As stated before, no function is provided to read the whole matrix in 
memory which would contradict the philosophy of this package,
but you can get rows or columns from a file.
```{r}
# Reads row 1 into vector vf. Float values inside the file are
# promoted to double.
(vf<-GetJRow("Rfullfloat.bin",1))
```

Obviously, storage in float provokes a loosing of precision. We have 
observed this not to be relevant for `PAM` (partitioning around medoids)
algorihm but it can be important in other cases. It is the price to pay
for halving the needed space.
```{r}
# Checks the precision lost
max(abs(Rf[1,]-vf))
```

Nevertheless, storing as double obviously keeps the data intact.
```{r}
vd<-GetJRow("Rfulldouble.bin",1)
max(abs(Rf[1,]-vd))
```

Now, let us see examples of some functions to read rows or columns by 
number or by name, or to read several rows/columns as a R matrix.
In all examples numbers for rows and columns are in R-convention (i.e. 
starting at 1)
```{r}
# Read column number 3
(vf<-GetJCol("Rfullfloat.bin",3))
# Test precision
max(abs(Rf[,3]-vf))
# Read row with name C
(vf<-GetJRowByName("Rfullfloat.bin","C"))
# Read column with name c
(vf<-GetJColByName("Rfullfloat.bin","c"))
# Get the names of all rows or columns as vectors of R strings
(rn<-GetJRowNames("Rfullfloat.bin"))
(cn<-GetJColNames("Rfullfloat.bin"))
# Get the names of rows and columns simultaneosuly as a list of two elements
(l<-GetJNames("Rfullfloat.bin"))
# Get several rows at once. The returned matrix has the rows in the
# same order as the passed list,
# and this list can contain even repeated values
(vm<-GetJManyRows("Rfullfloat.bin",c(1,4)))

# Of course, columns can be extrated equally
(vc<-GetJManyCols("Rfulldouble.bin",c(1,4)))
# and similar functions are provided for extracting by names:
(vm<-GetJManyRowsByNames("Rfulldouble.bin",c("A","D")))
(vc<-GetJManyColsByNames("Rfulldouble.bin",c("a","d")))
```

The package can manage and store sparse and symmetric matrices, too. 
```{r}
# Generation of a 6x8 sparse matrix
Rsp <- matrix(rep(0,48),nrow=6)
sparsity <- 0.1
nnz <- round(48*sparsity)
where <- floor(47*runif(nnz))
val <- runif(nnz)
for (i in 1:nnz)
{
 Rsp[floor(where[i]/8)+1,(where[i]%%8)+1] <- val[i]
}
rownames(Rsp) <- c("A","B","C","D","E","F")
colnames(Rsp) <- c("a","b","c","d","e","f","g","h")
# Let's see the matrix
Rsp
# Write the matrix as sparse with type float
JWriteBin(Rsp,"Rspafloat.bin",dtype="float",dmtype="sparse",
          comment="Sparse matrix of floats")
```

Notice that the condition of being a sparse matrix and the storage space 
used can be known with the matrix info.
```{r}
JMatInfo("Rspafloat.bin")
```

Be careful: trying to store as sparse a matrix which is not (it has not 
a majority of 0-entries) works, but produces
a matrix larger than the corresponding full matrix.

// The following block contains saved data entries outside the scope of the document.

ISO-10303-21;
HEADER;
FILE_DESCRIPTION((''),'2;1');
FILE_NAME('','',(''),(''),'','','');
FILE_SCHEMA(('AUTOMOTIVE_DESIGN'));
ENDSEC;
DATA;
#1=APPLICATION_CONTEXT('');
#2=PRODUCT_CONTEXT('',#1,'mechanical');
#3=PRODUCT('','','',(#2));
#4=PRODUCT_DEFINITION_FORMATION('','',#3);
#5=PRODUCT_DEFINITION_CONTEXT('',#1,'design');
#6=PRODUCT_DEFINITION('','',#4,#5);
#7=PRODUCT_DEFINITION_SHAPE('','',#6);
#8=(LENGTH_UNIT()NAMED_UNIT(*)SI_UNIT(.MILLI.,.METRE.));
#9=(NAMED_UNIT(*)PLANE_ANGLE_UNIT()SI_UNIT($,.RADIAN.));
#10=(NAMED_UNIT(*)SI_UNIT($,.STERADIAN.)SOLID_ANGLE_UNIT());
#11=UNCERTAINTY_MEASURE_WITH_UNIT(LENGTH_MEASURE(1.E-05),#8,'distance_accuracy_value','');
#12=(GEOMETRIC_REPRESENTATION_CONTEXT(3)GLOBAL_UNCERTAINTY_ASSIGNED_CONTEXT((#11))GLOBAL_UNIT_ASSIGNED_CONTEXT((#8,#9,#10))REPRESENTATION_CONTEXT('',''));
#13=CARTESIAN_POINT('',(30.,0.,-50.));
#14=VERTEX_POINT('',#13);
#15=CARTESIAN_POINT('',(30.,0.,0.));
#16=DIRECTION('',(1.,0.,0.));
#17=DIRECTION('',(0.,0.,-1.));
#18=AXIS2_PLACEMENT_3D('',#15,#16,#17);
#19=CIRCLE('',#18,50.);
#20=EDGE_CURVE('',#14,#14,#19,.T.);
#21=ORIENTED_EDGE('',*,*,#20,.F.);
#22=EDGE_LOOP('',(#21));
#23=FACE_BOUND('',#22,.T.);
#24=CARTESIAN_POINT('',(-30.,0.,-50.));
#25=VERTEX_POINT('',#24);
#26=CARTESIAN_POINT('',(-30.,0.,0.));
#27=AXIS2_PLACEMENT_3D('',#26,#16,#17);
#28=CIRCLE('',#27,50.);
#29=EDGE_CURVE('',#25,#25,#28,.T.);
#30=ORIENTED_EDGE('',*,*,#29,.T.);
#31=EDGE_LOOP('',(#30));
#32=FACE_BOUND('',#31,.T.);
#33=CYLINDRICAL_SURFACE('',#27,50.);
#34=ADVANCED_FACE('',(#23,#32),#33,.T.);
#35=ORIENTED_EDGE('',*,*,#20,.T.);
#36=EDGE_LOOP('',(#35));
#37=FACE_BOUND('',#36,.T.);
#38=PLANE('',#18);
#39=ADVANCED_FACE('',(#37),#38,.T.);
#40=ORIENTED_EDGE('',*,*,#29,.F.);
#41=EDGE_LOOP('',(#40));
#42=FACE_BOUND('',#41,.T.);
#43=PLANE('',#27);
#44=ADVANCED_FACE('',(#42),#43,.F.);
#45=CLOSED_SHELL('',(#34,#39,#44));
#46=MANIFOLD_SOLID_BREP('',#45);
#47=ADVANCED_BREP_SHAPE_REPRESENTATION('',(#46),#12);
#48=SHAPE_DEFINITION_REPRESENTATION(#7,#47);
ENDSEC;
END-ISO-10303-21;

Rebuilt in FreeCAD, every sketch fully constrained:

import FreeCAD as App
import Part
import Sketcher

doc = App.newDocument("Part")
body = doc.addObject("PartDesign::Body", "Body")

# Sketch on YZ plane
sketch1 = doc.addObject("Sketcher::SketchObject", "Sketch")
body.addObject(sketch1)
sketch1.AttachmentSupport = (doc.YZ_Plane, [""])
sketch1.MapMode = "FlatFace"
sketch1.addGeometry(Part.Circle(App.Vector(0, 0, 0), App.Vector(0, 0, 1), 50), False)
sketch1.addConstraint([
    Sketcher.Constraint("Coincident", 0, 3, -1, 1),
    Sketcher.Constraint("Diameter", 0, 100.0),
])
pad1 = doc.addObject("PartDesign::Pad", "Pad")
body.addObject(pad1)
pad1.Profile = sketch1
pad1.Type = "TwoLengths"
pad1.Length = 30
pad1.Length2 = 30

doc.recompute()
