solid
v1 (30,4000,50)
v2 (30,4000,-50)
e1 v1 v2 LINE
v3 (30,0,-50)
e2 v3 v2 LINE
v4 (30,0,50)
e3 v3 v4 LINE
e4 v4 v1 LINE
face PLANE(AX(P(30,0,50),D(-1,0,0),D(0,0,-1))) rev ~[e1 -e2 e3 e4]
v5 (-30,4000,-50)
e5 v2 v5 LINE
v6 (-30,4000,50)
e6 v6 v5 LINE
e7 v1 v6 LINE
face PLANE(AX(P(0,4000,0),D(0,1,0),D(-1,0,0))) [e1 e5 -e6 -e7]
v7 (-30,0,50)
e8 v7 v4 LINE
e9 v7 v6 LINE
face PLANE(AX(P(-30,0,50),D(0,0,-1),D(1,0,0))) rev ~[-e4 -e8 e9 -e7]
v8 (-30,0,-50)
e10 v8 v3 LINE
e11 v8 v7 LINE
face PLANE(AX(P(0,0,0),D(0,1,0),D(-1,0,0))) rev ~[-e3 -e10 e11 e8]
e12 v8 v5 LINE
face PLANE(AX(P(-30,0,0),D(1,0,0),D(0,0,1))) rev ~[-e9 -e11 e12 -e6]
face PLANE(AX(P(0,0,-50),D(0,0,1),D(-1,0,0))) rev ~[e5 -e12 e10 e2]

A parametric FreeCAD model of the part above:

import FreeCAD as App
import Part
import Sketcher
from FreeCAD import Vector
Q = App.Units.Quantity


def add_polygon(sketch, points):
    """Adds a closed chain of lines whose ends are joined by coincident constraints."""
    first, n = sketch.GeometryCount, len(points)
    for a, b in zip(points, points[1:] + points[:1]):
        sketch.addGeometry(Part.LineSegment(App.Vector(*a, 0), App.Vector(*b, 0)), False)
    for i in range(n):
        sketch.addConstraint(Sketcher.Constraint("Coincident", first + i, 2, first + (i + 1) % n, 1))

doc = App.newDocument("Part")
body = doc.addObject("PartDesign::Body", "Body")

# Sketch on XZ plane
sketch1 = doc.addObject("Sketcher::SketchObject", "Sketch")
body.addObject(sketch1)
sketch1.AttachmentSupport = (doc.XZ_Plane, [""])
sketch1.MapMode = "FlatFace"
add_polygon(sketch1, [(-30, 50), (30, 50), (30, -50), (-30, -50)])  # lines 0-3
sketch1.addConstraint([
    Sketcher.Constraint("Horizontal", 0),
    Sketcher.Constraint("Vertical", 1),
    Sketcher.Constraint("Horizontal", 2),
    Sketcher.Constraint("Vertical", 3),
    Sketcher.Constraint("Symmetric", 0, 2, 2, 2, -1, 1),
    Sketcher.Constraint("DistanceX", 0, 1, 0, 2, Q("60 mm")),
    Sketcher.Constraint("DistanceY", 1, 2, 1, 1, Q("100 mm")),
])
pad1 = doc.addObject("PartDesign::Pad", "Pad")
body.addObject(pad1)
pad1.Profile = sketch1
pad1.Length = 4000
pad1.Reversed = True

doc.recompute()
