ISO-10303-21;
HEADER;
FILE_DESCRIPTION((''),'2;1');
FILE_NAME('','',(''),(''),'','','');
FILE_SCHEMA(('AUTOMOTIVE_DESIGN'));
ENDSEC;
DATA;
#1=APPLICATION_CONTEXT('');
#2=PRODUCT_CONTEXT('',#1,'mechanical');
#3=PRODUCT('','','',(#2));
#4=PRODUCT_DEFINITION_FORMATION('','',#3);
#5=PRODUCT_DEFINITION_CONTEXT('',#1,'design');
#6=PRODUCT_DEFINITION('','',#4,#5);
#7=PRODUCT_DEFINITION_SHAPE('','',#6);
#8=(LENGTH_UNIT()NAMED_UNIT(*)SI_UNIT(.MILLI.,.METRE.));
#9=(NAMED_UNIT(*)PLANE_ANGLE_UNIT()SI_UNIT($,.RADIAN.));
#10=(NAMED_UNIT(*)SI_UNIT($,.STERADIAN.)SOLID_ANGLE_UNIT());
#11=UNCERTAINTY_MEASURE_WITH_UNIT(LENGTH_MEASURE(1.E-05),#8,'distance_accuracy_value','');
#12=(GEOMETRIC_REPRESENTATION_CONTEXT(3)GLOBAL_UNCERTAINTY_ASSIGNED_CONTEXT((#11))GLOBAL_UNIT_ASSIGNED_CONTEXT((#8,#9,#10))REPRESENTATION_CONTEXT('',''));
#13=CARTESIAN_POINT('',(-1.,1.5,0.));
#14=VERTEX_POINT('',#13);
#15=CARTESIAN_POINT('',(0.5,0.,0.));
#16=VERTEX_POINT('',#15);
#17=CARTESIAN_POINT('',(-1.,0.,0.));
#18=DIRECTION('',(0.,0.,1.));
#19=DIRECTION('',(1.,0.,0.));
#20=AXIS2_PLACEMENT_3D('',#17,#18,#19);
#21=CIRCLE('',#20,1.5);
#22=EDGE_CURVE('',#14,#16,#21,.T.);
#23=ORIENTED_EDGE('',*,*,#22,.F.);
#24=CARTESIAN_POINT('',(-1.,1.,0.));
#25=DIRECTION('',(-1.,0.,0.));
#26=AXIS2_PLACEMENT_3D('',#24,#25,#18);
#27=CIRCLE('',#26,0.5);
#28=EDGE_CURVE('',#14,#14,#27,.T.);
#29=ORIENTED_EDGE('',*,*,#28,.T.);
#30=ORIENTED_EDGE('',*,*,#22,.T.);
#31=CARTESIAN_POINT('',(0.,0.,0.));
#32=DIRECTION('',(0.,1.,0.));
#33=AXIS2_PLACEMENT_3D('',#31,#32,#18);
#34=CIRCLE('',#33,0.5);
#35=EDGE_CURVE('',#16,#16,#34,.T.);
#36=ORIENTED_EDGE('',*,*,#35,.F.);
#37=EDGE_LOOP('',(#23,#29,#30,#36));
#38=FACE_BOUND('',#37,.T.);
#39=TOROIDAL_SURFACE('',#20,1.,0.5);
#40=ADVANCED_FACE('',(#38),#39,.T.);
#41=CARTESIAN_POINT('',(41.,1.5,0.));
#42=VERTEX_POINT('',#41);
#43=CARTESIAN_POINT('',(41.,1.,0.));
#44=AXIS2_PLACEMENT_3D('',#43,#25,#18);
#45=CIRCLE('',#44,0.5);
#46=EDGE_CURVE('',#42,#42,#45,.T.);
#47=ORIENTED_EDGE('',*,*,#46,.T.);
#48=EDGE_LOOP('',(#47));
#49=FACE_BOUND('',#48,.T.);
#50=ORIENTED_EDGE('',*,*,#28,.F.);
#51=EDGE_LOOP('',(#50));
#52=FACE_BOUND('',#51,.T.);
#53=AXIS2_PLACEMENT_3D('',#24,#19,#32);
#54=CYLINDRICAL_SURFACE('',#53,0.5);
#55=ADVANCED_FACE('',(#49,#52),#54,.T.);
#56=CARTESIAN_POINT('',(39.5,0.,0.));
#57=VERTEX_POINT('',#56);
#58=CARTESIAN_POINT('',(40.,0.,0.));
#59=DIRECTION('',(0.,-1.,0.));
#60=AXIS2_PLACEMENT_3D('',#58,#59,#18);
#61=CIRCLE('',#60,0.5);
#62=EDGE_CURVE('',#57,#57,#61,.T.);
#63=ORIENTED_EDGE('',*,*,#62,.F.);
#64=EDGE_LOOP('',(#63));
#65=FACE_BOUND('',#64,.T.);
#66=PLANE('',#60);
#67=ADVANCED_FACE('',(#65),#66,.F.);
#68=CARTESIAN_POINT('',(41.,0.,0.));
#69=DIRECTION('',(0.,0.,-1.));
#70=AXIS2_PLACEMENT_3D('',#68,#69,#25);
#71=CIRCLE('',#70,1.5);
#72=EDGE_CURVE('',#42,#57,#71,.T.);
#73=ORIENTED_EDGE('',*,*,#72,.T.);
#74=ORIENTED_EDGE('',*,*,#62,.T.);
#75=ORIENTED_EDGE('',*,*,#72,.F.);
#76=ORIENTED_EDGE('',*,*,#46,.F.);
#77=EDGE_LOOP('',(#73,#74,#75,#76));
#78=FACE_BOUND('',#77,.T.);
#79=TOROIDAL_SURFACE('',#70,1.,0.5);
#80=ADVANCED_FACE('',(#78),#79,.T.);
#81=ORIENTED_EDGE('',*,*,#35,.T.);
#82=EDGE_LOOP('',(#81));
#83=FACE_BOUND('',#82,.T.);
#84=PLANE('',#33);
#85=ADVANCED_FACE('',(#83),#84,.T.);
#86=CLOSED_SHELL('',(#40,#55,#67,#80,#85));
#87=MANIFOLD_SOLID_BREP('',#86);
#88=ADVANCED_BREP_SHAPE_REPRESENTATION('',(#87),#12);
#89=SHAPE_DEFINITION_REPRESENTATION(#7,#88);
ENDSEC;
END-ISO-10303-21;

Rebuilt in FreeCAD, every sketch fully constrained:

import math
import FreeCAD as App
import Part
import Sketcher

V = App.Vector

doc = App.newDocument("Part")
body = doc.addObject("PartDesign::Body", "Body")

# Sketch on XZ plane
sketch1 = body.newObject("Sketcher::SketchObject", "Sketch")
sketch1.AttachmentSupport = (doc.getObject("XZ_Plane"), [""])
sketch1.MapMode = "FlatFace"
sketch1.addGeometry(Part.Circle(V(0, 0, 0), V(0, 0, 1), 0.5), False)
sketch1.addConstraint([
    Sketcher.Constraint("Coincident", 0, 3, -1, 1),
    Sketcher.Constraint("Diameter", 0, 1.0),
])

# Sketch on XY plane
sketch2 = body.newObject("Sketcher::SketchObject", "Sketch001")
sketch2.AttachmentSupport = (doc.getObject("XY_Plane"), [""])
sketch2.MapMode = "FlatFace"
sketch2.addGeometry([
    Part.ArcOfCircle(Part.Circle(V(-1, 0, 0), V(0, 0, 1), 1), math.radians(90), math.radians(360)),
    Part.LineSegment(V(-1, 1, 0), V(41, 1, 0)),
    Part.ArcOfCircle(Part.Circle(V(41, 0, 0), V(0, 0, 1), 1), math.radians(180), math.radians(450)),
], False)
sketch2.addConstraint([
    Sketcher.Constraint("Tangent", 0, 1, 1, 1),
    Sketcher.Constraint("Tangent", 1, 2, 2, 2),
    Sketcher.Constraint("Horizontal", 1),
    Sketcher.Constraint("Coincident", 0, 2, -1, 1),
    Sketcher.Constraint("Equal", 0, 2),
    Sketcher.Constraint("PointOnObject", 0, 3, -1),
    Sketcher.Constraint("PointOnObject", 2, 1, -1),
    Sketcher.Constraint("Radius", 0, 1.0),
    Sketcher.Constraint("DistanceX", 1, 1, 1, 2, 42.0),
])
doc.recompute()

additivepipe = body.newObject("PartDesign::AdditivePipe", "AdditivePipe")
additivepipe.Profile = sketch1
additivepipe.Spine = (sketch2, ["Edge1", "Edge2", "Edge3"])

doc.recompute()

With respect to symmetric matrices, `JWriteBin` works the same way. 
Let us generate a $7 \times 7$ symmetric matrix.
```{r}
Rns <- matrix(runif(49),nrow=7)
Rsym <- 0.5*(Rns+t(Rns))
rownames(Rsym) <- c("A","B","C","D","E","F","G")
colnames(Rsym) <- c("a","b","c","d","e","f","g")
# Let's see the matrix
Rsym
# Write the matrix as symmetric with type float
JWriteBin(Rsym,"Rsymfloat.bin",dtype="float",dmtype="symmetric",
          comment="Symmetric matrix of floats")
# Get the information 
JMatInfo("Rsymfloat.bin")
```
Notice that if you store a R matrix which is NOT symmetric as a symmetric 
`jmatrix`, only the lower triangular part (including the
main diagonal) will be saved. The upper-triangular part will be lost.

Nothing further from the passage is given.